Problem details: Lines holding the word "Locations" must be located in the listing below and copied.

Supplied material:
#####

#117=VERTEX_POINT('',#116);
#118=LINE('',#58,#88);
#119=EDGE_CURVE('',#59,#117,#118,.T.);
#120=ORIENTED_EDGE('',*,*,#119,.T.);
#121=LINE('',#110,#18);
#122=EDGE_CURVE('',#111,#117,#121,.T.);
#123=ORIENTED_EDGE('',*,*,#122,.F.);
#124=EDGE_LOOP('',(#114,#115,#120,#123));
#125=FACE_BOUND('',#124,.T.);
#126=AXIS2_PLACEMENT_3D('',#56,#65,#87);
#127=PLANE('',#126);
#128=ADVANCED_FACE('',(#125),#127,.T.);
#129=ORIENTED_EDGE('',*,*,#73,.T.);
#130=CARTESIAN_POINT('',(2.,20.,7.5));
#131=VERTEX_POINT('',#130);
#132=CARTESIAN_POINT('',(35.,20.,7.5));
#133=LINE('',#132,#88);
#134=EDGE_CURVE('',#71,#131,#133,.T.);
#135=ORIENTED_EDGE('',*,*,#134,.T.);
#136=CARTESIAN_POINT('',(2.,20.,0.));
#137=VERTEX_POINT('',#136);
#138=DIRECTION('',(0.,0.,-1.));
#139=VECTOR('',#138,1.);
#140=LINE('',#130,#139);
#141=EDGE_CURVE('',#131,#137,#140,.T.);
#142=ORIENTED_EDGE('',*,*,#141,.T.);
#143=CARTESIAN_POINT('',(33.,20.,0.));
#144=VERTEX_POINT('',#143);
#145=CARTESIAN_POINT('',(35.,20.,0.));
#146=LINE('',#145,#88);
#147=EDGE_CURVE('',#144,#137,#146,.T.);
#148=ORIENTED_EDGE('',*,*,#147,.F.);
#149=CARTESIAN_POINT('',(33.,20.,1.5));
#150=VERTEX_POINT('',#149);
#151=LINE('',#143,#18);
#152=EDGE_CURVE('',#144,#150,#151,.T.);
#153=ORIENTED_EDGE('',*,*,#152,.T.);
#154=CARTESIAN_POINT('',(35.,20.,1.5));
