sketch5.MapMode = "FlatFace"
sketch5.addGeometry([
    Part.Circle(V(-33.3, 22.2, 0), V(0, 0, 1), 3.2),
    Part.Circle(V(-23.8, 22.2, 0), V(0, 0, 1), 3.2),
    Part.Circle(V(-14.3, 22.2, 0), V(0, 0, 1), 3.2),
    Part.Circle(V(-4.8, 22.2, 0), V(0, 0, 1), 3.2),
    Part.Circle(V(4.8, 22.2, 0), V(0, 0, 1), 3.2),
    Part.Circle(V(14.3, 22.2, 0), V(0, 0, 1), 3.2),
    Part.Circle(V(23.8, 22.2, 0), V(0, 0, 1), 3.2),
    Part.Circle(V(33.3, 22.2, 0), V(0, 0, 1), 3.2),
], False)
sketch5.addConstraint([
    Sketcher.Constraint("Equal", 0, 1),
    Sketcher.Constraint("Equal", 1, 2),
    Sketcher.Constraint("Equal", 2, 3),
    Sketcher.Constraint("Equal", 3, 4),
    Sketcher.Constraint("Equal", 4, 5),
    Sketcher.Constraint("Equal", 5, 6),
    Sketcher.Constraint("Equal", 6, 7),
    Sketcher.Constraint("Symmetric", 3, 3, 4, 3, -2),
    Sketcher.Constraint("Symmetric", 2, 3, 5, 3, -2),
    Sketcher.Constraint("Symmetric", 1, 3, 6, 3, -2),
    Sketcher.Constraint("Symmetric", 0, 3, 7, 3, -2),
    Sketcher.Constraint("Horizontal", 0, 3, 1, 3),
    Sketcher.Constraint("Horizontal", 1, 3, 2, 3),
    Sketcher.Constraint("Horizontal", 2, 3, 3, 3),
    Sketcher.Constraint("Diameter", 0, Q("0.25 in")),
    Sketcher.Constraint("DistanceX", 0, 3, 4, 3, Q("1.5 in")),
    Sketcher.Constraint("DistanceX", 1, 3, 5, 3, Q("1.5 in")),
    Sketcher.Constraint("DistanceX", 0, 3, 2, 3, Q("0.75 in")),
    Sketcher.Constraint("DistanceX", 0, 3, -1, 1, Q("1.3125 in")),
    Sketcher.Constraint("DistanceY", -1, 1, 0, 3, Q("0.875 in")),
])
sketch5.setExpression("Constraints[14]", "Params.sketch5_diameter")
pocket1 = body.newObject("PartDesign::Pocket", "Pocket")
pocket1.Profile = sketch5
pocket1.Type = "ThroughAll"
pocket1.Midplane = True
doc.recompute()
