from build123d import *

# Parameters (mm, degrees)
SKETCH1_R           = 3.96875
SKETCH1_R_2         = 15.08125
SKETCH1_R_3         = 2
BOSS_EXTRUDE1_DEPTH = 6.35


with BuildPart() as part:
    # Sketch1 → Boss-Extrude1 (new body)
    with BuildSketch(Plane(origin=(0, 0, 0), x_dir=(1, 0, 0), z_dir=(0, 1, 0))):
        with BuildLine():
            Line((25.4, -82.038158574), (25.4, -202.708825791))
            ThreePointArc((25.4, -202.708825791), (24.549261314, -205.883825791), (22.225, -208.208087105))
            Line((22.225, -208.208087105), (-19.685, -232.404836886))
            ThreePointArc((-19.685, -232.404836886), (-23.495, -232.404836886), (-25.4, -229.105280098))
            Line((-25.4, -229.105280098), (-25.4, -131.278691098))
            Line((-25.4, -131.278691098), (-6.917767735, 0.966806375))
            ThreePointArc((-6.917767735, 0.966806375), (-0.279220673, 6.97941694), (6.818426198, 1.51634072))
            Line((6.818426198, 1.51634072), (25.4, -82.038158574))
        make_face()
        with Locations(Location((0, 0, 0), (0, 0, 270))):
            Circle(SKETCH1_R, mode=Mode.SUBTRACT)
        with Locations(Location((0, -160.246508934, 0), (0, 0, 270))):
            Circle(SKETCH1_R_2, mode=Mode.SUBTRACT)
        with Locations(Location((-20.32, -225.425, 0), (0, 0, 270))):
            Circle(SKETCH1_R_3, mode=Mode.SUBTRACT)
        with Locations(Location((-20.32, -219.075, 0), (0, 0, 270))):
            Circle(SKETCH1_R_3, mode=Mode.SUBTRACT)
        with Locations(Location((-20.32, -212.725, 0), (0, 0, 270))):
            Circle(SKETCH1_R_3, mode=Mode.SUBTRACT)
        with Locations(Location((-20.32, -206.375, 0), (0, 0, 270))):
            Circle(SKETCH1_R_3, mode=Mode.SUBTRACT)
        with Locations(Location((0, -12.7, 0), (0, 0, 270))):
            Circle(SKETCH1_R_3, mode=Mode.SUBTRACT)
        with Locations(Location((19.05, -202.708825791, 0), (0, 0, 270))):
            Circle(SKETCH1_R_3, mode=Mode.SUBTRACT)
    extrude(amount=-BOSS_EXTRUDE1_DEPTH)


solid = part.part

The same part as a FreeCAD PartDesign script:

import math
import FreeCAD as App
import Part
import Sketcher
Q = App.Units.Quantity

doc = App.newDocument("Part")
body = doc.addObject("PartDesign::Body", "Body")

# Sketch on XZ plane
sketch1 = doc.addObject("Sketcher::SketchObject", "Sketch")
body.addObject(sketch1)
sketch1.AttachmentSupport = (doc.XZ_Plane, [""])
sketch1.MapMode = "FlatFace"
sketch1.addGeometry(Part.LineSegment(App.Vector(25.4, 202.7, 0), App.Vector(25.4, 82, 0)), False)
sketch1.addGeometry(Part.LineSegment(App.Vector(25.4, 82, 0), App.Vector(6.8, -1.5, 0)), False)
sketch1.addGeometry(Part.ArcOfCircle(Part.Circle(App.Vector(0, 0, 0), App.Vector(0, 0, 1), 7), math.radians(-172), math.radians(-13)), False)
sketch1.addGeometry(Part.LineSegment(App.Vector(-6.9, -1, 0), App.Vector(-25.4, 131.3, 0)), False)
sketch1.addGeometry(Part.LineSegment(App.Vector(-25.4, 131.3, 0), App.Vector(-25.4, 229.1, 0)), False)
sketch1.addGeometry(Part.ArcOfCircle(Part.Circle(App.Vector(-21.6, 229.1, 0), App.Vector(0, 0, 1), 3.8), math.radians(60), math.radians(180)), False)
sketch1.addGeometry(Part.LineSegment(App.Vector(-19.7, 232.4, 0), App.Vector(22.2, 208.2, 0)), False)
sketch1.addGeometry(Part.ArcOfCircle(Part.Circle(App.Vector(19.1, 202.7, 0), App.Vector(0, 0, 1), 6.3), math.radians(0), math.radians(60)), False)
sketch1.addGeometry(Part.Circle(App.Vector(19.1, 202.7, 0), App.Vector(0, 0, 1), 2), False)
sketch1.addGeometry(Part.Circle(App.Vector(0, 160.2, 0), App.Vector(0, 0, 1), 15.1), False)
sketch1.addGeometry(Part.Circle(App.Vector(-20.3, 225.4, 0), App.Vector(0, 0, 1), 2), False)
sketch1.addGeometry(Part.Circle(App.Vector(-20.3, 219.1, 0), App.Vector(0, 0, 1), 2), False)
sketch1.addGeometry(Part.Circle(App.Vector(-20.3, 212.7, 0), App.Vector(0, 0, 1), 2), False)
sketch1.addGeometry(Part.Circle(App.Vector(-20.3, 206.4, 0), App.Vector(0, 0, 1), 2), False)
sketch1.addGeometry(Part.Circle(App.Vector(0, 12.7, 0), App.Vector(0, 0, 1), 2), False)
sketch1.addGeometry(Part.Circle(App.Vector(0, 0, 0), App.Vector(0, 0, 1), 4), False)
sketch1.addConstraint(Sketcher.Constraint("Coincident", 0, 2, 1, 1))
sketch1.addConstraint(Sketcher.Constraint("Tangent", 1, 2, 2, 2))
sketch1.addConstraint(Sketcher.Constraint("Tangent", 2, 1, 3, 1))
sketch1.addConstraint(Sketcher.Constraint("Coincident", 3, 2, 4, 1))
sketch1.addConstraint(Sketcher.Constraint("Tangent", 4, 2, 5, 2))
sketch1.addConstraint(Sketcher.Constraint("Tangent", 5, 1, 6, 1))
sketch1.addConstraint(Sketcher.Constraint("Tangent", 6, 2, 7, 2))
sketch1.addConstraint(Sketcher.Constraint("Tangent", 7, 1, 0, 1))
sketch1.addConstraint(Sketcher.Constraint("Vertical", 0))
sketch1.addConstraint(Sketcher.Constraint("Vertical", 4))
sketch1.addConstraint(Sketcher.Constraint("Coincident", 2, 3, -1, 1))
sketch1.addConstraint(Sketcher.Constraint("Coincident", 15, 3, -1, 1))
sketch1.addConstraint(Sketcher.Constraint("Coincident", 8, 3, 7, 3))
sketch1.addConstraint(Sketcher.Constraint("Equal", 8, 10))
sketch1.addConstraint(Sketcher.Constraint("Equal", 10, 11))
sketch1.addConstraint(Sketcher.Constraint("Equal", 11, 12))
sketch1.addConstraint(Sketcher.Constraint("Equal", 12, 13))
sketch1.addConstraint(Sketcher.Constraint("Equal", 13, 14))
sketch1.addConstraint(Sketcher.Constraint("PointOnObject", 9, 3, -2))
sketch1.addConstraint(Sketcher.Constraint("PointOnObject", 14, 3, -2))
sketch1.addConstraint(Sketcher.Constraint("Vertical", 10, 3, 11, 3))
sketch1.addConstraint(Sketcher.Constraint("Vertical", 11, 3, 12, 3))
sketch1.addConstraint(Sketcher.Constraint("Vertical", 12, 3, 13, 3))
sketch1.addConstraint(Sketcher.Constraint("Radius", 5, Q("0.15 in")))
sketch1.addConstraint(Sketcher.Constraint("Radius", 7, Q("0.25 in")))
sketch1.addConstraint(Sketcher.Constraint("Diameter", 9, Q("1.1875 in")))
sketch1.addConstraint(Sketcher.Constraint("Diameter", 15, Q("0.3125 in")))
sketch1.addConstraint(Sketcher.Constraint("DistanceX", -1, 1, 0, 2, Q("1 in")))
sketch1.addConstraint(Sketcher.Constraint("DistanceX", 3, 2, -1, 1, Q("1 in")))
sketch1.addConstraint(Sketcher.Constraint("Angle", 6, Q("-30 deg")))
sketch1.addConstraint(Sketcher.Constraint("Radius", 2, Q("0.275 in")))
sketch1.addConstraint(Sketcher.Constraint("DistanceX", 10, 3, -1, 1, Q("0.8 in")))
sketch1.addConstraint(Sketcher.Constraint("DistanceY", -1, 1, 14, 3, Q("0.5 in")))
sketch1.addConstraint(Sketcher.Constraint("DistanceY", 12, 3, 10, 3, Q("0.5 in")))
sketch1.addConstraint(Sketcher.Constraint("DistanceY", 13, 3, 11, 3, Q("0.5 in")))
sketch1.addConstraint(Sketcher.Constraint("Diameter", 8, 4.0))
sketch1.addConstraint(Sketcher.Constraint("DistanceY", 11, 3, 10, 3, Q("0.25 in")))
sketch1.addConstraint(Sketcher.Constraint("DistanceY", -1, 1, 10, 3, Q("8.875 in")))
sketch1.addConstraint(Sketcher.Constraint("DistanceY", 4, 1, 4, 2, 97.826589))
sketch1.addConstraint(Sketcher.Constraint("DistanceY", 1, 2, 0, 2, 83.554499))
sketch1.addConstraint(Sketcher.Constraint("DistanceY", 0, 2, 0, 1, 120.670667))
sketch1.addConstraint(Sketcher.Constraint("DistanceY", -1, 1, 9, 3, 160.246509))
pad1 = doc.addObject("PartDesign::Pad", "Pad")
body.addObject(pad1)
pad1.Profile = sketch1
pad1.Length = Q("0.25 in")

doc.recompute()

#####

Solution for this problem:
        with Locations(Location((0, 0, 0), (0, 0, 270))):
        with Locations(Location((0, -160.246508934, 0), (0, 0, 270))):
        with Locations(Location((-20.32, -225.425, 0), (0, 0, 270))):
        with Locations(Location((-20.32, -219.075, 0), (0, 0, 270))):
        with Locations(Location((-20.32, -212.725, 0), (0, 0, 270))):
        with Locations(Location((-20.32, -206.375, 0), (0, 0, 270))):
        with Locations(Location((0, -12.7, 0), (0, 0, 270))):
        with Locations(Location((19.05, -202.708825791, 0), (0, 0, 270))):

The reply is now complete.